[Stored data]

□ □ □ □ □

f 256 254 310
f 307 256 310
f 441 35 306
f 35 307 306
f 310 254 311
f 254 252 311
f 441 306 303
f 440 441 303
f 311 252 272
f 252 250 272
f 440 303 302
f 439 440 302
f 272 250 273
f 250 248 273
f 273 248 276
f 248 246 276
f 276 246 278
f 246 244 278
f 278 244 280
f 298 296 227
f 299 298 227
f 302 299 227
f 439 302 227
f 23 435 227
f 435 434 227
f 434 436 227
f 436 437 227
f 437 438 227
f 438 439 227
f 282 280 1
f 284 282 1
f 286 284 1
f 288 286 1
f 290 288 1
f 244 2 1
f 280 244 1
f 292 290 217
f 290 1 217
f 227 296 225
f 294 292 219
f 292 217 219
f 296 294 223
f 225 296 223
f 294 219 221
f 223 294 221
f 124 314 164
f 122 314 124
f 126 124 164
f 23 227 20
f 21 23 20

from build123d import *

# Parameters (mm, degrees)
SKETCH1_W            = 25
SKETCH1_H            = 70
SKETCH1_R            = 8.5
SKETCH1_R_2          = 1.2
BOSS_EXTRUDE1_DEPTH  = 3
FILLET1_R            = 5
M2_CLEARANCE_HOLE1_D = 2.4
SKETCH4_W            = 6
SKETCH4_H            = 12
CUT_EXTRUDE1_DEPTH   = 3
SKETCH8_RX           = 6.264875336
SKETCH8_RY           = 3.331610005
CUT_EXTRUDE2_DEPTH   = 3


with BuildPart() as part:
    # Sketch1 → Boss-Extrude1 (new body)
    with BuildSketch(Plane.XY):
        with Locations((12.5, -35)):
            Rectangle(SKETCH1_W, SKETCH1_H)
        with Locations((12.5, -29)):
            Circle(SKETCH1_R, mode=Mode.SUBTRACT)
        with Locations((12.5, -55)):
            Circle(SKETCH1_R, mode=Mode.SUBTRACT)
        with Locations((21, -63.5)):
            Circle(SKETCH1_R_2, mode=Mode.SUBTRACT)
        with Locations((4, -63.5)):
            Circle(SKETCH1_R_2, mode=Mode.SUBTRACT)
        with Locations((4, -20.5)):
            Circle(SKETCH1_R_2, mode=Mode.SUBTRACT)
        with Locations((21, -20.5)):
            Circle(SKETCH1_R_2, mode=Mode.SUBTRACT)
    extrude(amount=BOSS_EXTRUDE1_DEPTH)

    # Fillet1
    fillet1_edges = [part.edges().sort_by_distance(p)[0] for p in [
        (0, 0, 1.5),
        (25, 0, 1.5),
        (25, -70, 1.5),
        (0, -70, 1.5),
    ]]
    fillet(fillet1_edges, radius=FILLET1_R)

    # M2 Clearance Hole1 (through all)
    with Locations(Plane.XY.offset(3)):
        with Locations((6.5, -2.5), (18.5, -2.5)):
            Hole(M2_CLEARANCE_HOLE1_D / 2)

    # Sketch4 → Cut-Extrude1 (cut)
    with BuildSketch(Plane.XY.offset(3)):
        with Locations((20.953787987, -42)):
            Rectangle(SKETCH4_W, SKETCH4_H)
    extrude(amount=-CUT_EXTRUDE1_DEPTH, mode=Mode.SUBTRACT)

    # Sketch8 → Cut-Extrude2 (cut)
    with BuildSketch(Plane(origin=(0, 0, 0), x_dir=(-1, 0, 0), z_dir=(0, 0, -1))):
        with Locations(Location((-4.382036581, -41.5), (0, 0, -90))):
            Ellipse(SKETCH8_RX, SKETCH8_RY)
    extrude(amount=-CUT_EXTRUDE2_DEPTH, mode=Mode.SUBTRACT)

□ □ □ □ □

The output should be exactly the lines above from the line containing "f 439 440 302" to the line containing "f 227 296 225", inclusive, with no other lines.

* EXERCISE OUTPUT
f 439 440 302
f 272 250 273
f 250 248 273
f 273 248 276
f 248 246 276
f 276 246 278
f 246 244 278
f 278 244 280
f 298 296 227
f 299 298 227
f 302 299 227
f 439 302 227
f 23 435 227
f 435 434 227
f 434 436 227
f 436 437 227
f 437 438 227
f 438 439 227
f 282 280 1
f 284 282 1
f 286 284 1
f 288 286 1
f 290 288 1
f 244 2 1
f 280 244 1
f 292 290 217
f 290 1 217
f 227 296 225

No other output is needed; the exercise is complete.